Папа надолго замолчал. Он сидел, подперев голову руками так, что подбородок лежал на сплетенных пальцах, и неотрывно смотрел сквозь стену… Мама молчала, опустив голову и беззвучно помешивая ложкой пустой чай – она считала, что сахар укорачивает жизнь, а ей хотелось жить долго.
– … Права твоя «колдунья», невозможно поступить иначе… Как можно бросить этих птенцов, прильнувших к тебе… Я бы бросил тебя? Ужас мучительной смерти… Ужас… Наверное об этом не думаешь… Ведь немыслимо бросить своего ребенка в несчастье, оставить испуганных детей одних в пломбированном вагоне, в газовой камере…
Старинные напольные часы пробили половину следующего часа, и все от неожиданности вздрогнули. Папа беззвучно стал шептать, чуть шевеля губами, мама встревоженно на него посмотрела и взяла за руку.

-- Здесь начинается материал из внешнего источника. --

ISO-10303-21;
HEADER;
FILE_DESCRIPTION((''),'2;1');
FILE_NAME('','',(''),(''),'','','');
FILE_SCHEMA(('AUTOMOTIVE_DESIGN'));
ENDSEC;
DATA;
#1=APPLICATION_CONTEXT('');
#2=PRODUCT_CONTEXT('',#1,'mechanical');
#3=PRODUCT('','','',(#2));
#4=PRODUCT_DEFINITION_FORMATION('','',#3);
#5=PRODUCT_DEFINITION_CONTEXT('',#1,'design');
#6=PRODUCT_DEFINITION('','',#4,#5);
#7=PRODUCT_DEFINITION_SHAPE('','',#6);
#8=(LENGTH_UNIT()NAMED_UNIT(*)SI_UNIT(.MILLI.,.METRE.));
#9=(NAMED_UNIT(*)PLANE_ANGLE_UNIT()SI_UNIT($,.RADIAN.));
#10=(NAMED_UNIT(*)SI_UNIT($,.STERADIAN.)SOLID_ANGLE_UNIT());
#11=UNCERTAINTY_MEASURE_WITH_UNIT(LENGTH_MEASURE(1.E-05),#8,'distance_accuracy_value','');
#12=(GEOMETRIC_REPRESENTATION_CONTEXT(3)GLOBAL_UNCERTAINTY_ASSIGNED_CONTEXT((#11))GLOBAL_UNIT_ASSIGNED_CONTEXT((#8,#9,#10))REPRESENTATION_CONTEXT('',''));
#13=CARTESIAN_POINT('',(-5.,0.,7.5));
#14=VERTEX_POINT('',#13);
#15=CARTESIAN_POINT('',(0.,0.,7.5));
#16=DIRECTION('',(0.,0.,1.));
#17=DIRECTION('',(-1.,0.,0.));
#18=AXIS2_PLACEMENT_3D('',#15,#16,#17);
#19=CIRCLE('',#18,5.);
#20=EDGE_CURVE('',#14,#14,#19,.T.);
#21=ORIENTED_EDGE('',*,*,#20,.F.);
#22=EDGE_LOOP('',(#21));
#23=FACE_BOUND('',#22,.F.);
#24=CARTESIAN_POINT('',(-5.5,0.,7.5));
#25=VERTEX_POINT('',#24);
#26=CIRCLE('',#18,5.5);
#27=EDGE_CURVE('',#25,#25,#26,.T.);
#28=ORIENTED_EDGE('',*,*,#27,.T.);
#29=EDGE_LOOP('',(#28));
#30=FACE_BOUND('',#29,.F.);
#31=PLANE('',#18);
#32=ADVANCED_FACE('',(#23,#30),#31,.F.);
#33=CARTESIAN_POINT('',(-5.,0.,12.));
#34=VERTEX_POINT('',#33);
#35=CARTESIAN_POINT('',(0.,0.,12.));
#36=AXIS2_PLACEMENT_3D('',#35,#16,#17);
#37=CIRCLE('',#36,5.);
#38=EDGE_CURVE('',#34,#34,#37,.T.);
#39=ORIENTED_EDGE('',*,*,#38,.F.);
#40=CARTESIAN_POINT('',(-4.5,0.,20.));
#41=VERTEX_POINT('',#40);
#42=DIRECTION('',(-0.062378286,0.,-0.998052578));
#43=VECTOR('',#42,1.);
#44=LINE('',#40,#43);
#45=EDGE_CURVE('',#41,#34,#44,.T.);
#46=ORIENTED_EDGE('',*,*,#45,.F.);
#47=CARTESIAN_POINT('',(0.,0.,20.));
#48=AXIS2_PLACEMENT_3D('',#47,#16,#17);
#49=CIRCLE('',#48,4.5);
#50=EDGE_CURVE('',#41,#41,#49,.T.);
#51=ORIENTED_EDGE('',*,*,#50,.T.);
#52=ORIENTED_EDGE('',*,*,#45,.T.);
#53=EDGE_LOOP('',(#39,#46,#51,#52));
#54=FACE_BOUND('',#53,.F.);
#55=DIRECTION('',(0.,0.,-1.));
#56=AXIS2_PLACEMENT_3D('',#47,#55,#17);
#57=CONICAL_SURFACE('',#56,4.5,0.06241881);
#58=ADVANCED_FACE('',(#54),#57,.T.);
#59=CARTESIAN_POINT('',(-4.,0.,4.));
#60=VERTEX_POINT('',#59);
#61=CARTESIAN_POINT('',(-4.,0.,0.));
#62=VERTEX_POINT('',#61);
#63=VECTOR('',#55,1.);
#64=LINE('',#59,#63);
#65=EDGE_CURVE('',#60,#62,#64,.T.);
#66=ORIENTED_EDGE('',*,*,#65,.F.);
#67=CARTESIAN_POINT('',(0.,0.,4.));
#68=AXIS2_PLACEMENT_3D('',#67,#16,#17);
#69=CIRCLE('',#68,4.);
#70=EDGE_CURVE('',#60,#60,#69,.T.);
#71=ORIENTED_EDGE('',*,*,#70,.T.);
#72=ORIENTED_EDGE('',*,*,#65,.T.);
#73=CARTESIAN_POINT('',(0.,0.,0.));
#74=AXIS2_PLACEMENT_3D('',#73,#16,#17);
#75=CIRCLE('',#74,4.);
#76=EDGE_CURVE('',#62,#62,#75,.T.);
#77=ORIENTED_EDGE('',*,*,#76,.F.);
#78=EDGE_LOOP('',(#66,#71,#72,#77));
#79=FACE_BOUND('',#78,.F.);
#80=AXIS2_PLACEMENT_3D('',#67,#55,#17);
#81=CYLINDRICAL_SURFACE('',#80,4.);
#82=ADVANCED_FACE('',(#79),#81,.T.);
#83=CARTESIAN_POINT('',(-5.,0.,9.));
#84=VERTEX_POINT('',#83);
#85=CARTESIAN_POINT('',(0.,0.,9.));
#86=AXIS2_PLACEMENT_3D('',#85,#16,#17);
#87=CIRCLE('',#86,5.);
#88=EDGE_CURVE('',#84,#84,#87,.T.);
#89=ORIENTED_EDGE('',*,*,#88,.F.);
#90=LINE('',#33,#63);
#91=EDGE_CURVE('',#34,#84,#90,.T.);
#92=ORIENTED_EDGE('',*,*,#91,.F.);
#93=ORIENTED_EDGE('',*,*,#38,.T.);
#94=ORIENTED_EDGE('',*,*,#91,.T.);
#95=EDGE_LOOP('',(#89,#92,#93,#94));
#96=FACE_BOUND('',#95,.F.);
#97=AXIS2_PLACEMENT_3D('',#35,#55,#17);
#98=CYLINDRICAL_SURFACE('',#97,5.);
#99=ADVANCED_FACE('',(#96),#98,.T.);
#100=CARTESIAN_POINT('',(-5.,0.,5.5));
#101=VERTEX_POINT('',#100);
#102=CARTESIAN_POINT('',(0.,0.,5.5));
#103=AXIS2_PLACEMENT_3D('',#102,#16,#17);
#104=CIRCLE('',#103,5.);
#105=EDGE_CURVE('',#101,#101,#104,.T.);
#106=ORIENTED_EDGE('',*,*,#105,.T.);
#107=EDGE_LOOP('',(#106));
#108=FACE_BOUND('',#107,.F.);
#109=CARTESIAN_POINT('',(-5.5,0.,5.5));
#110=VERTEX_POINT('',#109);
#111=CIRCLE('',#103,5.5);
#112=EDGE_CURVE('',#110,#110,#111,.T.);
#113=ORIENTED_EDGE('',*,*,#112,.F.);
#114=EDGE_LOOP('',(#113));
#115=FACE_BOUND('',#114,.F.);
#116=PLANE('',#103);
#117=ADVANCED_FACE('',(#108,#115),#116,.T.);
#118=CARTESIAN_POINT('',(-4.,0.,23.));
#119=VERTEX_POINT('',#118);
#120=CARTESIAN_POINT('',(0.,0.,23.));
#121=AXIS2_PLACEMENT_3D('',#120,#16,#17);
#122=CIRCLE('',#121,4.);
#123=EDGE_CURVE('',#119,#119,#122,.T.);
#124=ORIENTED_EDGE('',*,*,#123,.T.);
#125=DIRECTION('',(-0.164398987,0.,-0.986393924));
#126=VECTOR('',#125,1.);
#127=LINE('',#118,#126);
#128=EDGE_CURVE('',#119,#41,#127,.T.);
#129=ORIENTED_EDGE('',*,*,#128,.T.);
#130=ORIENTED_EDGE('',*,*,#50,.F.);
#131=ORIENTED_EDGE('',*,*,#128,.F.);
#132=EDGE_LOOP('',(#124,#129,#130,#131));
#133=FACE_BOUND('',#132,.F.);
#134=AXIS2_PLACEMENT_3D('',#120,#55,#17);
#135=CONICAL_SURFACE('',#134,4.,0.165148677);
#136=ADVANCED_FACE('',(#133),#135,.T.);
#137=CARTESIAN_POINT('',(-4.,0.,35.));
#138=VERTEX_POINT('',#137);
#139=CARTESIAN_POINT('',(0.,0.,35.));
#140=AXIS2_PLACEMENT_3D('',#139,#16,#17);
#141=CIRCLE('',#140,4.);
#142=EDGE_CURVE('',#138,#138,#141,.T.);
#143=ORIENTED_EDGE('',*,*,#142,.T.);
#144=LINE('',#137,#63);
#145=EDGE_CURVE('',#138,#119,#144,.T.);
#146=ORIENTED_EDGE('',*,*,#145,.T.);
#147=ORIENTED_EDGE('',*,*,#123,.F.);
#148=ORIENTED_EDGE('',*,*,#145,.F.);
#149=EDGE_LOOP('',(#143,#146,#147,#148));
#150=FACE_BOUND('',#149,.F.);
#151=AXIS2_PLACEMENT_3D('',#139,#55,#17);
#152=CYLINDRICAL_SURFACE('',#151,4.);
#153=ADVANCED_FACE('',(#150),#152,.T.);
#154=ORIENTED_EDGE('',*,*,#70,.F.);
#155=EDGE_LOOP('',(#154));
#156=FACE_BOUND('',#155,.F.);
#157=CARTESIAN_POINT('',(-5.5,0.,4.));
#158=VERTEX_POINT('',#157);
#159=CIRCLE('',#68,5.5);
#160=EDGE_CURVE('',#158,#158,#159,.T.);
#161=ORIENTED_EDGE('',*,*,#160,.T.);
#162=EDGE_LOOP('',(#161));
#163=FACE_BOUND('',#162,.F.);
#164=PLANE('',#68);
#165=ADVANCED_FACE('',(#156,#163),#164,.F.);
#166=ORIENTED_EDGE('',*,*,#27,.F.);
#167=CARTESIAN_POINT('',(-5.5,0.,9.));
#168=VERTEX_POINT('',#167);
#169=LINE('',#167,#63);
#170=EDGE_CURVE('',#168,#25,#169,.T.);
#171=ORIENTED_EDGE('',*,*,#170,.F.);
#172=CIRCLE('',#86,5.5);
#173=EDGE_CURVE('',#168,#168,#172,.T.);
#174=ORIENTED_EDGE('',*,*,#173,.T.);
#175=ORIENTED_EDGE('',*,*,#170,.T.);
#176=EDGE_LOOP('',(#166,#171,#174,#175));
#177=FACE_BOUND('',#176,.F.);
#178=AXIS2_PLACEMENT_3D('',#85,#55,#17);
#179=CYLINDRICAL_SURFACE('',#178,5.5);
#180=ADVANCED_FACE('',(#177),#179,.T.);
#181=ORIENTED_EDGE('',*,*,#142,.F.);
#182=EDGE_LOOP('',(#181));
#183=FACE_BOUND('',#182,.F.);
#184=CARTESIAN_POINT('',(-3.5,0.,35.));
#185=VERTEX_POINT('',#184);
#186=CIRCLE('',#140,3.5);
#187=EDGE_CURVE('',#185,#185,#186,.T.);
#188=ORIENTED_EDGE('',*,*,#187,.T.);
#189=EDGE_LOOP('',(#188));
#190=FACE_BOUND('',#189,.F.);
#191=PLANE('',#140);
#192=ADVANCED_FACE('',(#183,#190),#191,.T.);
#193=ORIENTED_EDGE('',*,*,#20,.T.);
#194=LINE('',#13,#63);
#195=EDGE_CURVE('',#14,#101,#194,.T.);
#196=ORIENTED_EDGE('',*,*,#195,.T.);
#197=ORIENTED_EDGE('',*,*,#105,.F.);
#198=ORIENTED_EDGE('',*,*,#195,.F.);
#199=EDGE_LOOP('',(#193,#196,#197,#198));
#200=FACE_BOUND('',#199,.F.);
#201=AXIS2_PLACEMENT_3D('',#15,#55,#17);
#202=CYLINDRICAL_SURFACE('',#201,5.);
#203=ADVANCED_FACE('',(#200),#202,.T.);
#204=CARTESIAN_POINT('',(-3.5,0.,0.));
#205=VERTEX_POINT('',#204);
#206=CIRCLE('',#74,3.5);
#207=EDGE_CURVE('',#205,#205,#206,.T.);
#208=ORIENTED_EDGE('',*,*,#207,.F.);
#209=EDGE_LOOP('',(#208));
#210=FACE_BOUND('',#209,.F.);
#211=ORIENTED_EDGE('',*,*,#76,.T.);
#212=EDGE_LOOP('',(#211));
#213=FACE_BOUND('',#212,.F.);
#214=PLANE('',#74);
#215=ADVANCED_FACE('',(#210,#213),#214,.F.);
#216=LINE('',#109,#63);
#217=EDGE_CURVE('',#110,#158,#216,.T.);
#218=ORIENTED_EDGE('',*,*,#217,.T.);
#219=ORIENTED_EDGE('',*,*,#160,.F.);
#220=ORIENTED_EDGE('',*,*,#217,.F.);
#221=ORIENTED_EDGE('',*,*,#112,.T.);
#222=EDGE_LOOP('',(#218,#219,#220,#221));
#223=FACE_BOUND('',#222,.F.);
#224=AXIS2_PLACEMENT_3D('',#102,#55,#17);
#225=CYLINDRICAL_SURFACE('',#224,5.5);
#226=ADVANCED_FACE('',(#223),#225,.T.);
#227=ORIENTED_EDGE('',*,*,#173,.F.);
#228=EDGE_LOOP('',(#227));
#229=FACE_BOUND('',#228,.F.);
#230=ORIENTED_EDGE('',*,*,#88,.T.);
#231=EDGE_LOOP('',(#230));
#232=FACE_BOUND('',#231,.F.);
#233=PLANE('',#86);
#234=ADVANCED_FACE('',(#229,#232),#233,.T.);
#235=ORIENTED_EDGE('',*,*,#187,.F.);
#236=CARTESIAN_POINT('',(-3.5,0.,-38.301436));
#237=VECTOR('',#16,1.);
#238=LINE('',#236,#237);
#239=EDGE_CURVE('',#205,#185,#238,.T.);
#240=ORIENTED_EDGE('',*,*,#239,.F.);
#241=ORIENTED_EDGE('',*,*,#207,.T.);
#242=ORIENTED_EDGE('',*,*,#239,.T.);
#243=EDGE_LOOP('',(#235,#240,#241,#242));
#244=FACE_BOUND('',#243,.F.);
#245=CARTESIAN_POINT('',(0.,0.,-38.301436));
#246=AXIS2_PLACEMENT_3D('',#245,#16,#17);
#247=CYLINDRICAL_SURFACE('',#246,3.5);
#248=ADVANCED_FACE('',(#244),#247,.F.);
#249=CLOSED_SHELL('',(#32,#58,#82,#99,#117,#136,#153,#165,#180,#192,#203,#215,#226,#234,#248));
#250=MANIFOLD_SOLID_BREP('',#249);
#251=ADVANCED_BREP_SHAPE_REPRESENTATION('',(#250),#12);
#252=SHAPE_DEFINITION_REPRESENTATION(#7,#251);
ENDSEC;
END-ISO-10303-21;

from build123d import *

# Parameters (mm, degrees)
F3_D = 7


with BuildPart() as f1:
    # F0 (on Front) → F1 (revolve)
    with BuildSketch(Plane.XZ):
        Polygon((-4, 0), (0, 0), (0, 35), (-4, 35), (-4, 23), (-4.5, 20), (-5, 12), (-5, 9), (-5.5, 9), (-5.5, 7.5), (-5, 7.5), (-5, 5.5), (-5.5, 5.5), (-5.5, 4), (-4, 4), align=None)
    revolve(axis=Axis((0, 0, 17.5), (0, 0, 1)))

    # F3 (through all)
    with Locations(Plane(origin=(0, 0, 0), x_dir=(1, 0, 0), z_dir=(0, 0, -1))):
        with Locations((0, 0)):
            Hole(F3_D / 2)


solid = f1.part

– Нет, ты не волнуйся, я с ума не схожу, просто я думаю, – папа опять замолчал. Молчал долго. Потом, медленно выговаривая каждое слово, сказал:
– А ведь он был последним офицером, кто носил в годы оккупации – демонстративно, вызывающе – мундир Войска Польского. Хотя до войны он лежал у него пронафталиненный в сундуке… и это дорогого стоит… Невозможно представить, как это страшно идти в печь… И невозможно… как он их воспитал – это не меньший подвиг… Воспитать детей, которые выстраиваются по четверо и, развернув зеленое знамя Матиуша, идут на мучительную смерть… Дети… 200 человек… Откуда у них такое мужество, такое чувство собственного достоинства – ведь никто не пытался спрятаться, бежать, просить пощады… Они лишь жались к нему… Как можно было их бросить…
Ника был уже не рад, что завел этот разговор. Подбородок у папы подрагивал, губы были плотно сжаты, он мял кружевную скатерть, но мама его не одергивала, хотя в другой час, болезненно любя порядок и чистоту, устроила бы небольшое «Ледовое побоище».
– Я, пожалуй, напишу на другую тему, – перевел разговор Ника. – Действительно, декабристы – это интересно. Не их идеи, а личности. Например – молодой Бестужев-Рюмин и Муравьев-Апостол. Ведь поразительно: Бестужев не увлекся идеями Муравьева, он увлекся его личностью, влюбился, что ли. И на виселицу они шли вместе, только в самый последний момент перед казнью Бестужев ослабел и заплакал, и Муравьев обнял его, так они и пошли на эшафот, обнявшись… Толстого этот сюжет волновал, я читал.
– Да, да, ты прав, – быстро подхватила мама, и папа кивнул головой. – Подумай об этом. Это хорошо.
Потом разговор иссяк, мама стала убирать со стола, папа долго смотрел в газету, и только в самом конце вечера он вдруг сказал:
– Пойти на муки ради конкретного человека, ради конкретных детей, это я понимаю, восхищаюсь, преклоняюсь, боготворю. Но вот идти на верную гибель ради абстрактной идеи, абстрактной нации…
– Человечества…
– Человечества, Тата, и здесь нечего иронизировать и комиковать!